Promoting Rapid And Sustained Learning Of Novel Information: Towards A New Learning Technique For The Classroom

In education, we want students to acquire new information quickly and retain that information over long time periods. Unfortunately, student learning rarely conforms to this ideal. We can learn quickly when new information is supported by previously acquired knowledge of the topic. However, when a topic is entirely novel, learning is typically slow and effortful. For example, we might rapidly learn about the structure of neurons ('brain cells') if we have pre-existing knowledge about the structure of other cells in the body. However, that information would take time to learn, and would likely be forgotten rapidly, when not supported by pre-existing knowledge.

Cognitive psychology has revealed several post-encoding strategies and techniques to improve long-term retention of novel information. For example, repeated learning spaced out over time (the 'spacing effect'), as well as practicing retrieving the information ('retrieval practice'), have been shown in increase the retention of newly learnt information in the long-term. Ideally, we want to be able to learn new information without the need for pre-existing knowledge, or more effortful post-encoding techniques. We have recently shown that learning can be fast, and sustained over long periods, without the need for pre-existing knowledge, if learnt in a specific manner. This suggests we can learn completely novel information quickly, and retain that information for long time periods, under specific experimental conditions.

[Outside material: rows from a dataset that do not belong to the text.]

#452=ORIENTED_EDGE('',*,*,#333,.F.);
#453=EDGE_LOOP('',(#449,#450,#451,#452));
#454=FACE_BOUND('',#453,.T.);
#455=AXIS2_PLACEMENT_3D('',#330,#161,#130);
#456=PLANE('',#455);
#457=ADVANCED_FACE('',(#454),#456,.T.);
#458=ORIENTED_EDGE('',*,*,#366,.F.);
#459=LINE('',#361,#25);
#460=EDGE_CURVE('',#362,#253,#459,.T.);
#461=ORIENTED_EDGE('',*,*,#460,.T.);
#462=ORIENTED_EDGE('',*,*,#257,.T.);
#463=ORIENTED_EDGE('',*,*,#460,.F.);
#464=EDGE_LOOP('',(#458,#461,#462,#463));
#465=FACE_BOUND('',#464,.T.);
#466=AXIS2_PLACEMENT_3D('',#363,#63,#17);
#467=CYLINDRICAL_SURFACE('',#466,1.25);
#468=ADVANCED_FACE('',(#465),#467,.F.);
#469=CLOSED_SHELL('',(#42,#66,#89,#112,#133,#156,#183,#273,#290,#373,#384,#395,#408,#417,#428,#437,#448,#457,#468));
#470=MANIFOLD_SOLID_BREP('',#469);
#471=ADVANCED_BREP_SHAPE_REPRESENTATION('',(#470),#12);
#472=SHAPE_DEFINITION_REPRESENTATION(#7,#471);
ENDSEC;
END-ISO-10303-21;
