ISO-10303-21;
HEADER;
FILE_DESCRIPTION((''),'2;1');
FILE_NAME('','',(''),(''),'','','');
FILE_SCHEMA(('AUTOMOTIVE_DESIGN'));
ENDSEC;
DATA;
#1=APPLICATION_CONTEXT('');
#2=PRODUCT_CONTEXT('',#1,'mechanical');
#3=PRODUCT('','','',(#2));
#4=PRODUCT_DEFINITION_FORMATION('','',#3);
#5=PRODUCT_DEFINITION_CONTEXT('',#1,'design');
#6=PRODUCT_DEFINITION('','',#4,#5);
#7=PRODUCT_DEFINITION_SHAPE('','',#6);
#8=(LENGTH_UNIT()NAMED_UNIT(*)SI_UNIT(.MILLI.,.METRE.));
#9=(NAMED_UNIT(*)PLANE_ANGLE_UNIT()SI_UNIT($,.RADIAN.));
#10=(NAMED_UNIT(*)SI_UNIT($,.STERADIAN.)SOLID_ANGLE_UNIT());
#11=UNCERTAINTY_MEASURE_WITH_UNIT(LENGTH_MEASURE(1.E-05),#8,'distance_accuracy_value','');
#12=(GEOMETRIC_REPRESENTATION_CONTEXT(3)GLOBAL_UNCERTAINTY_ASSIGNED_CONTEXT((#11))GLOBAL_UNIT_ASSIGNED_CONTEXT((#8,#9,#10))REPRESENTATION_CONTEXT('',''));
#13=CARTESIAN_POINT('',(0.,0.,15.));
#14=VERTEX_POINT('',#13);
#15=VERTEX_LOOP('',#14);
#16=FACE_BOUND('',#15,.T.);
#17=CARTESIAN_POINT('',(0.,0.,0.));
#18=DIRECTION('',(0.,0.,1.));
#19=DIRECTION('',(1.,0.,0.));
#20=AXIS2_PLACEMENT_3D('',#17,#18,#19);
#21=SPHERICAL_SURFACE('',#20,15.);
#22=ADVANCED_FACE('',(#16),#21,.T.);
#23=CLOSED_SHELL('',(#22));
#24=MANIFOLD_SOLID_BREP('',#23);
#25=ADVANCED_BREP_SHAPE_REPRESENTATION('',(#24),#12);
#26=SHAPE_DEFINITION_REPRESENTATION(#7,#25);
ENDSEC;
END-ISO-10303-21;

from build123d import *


with BuildPart() as part:
    # Sphere → Sphere (revolve)
    with BuildSketch(Plane.XZ):
        with BuildLine():
            ThreePointArc((0, -15), (15, 0), (0, 15))
            Line((0, 15), (0, -15))
        make_face()
    revolve(axis=Axis((0, 0, 0), (0, 0, 1)))


solid = part.part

Using experimental psychology, computational modelling and functional brain imaging, we will provide a theoretical basis for this rapid and sustained learning effect, and reveal the optimal conditions for it to occur. We will then assess whether this rapid, sustained, learning is seen in children to ensure it could be used at all educational levels. Finally, we will assess whether the effect can be used to learn real educational material - for example, the structure of neurons in the brain. By the end of the grant, we will have provided a theoretical basis for how we can learn novel information quickly, and retain that information in the long term. Further, we will have taken critical steps to using this technique in the real-world.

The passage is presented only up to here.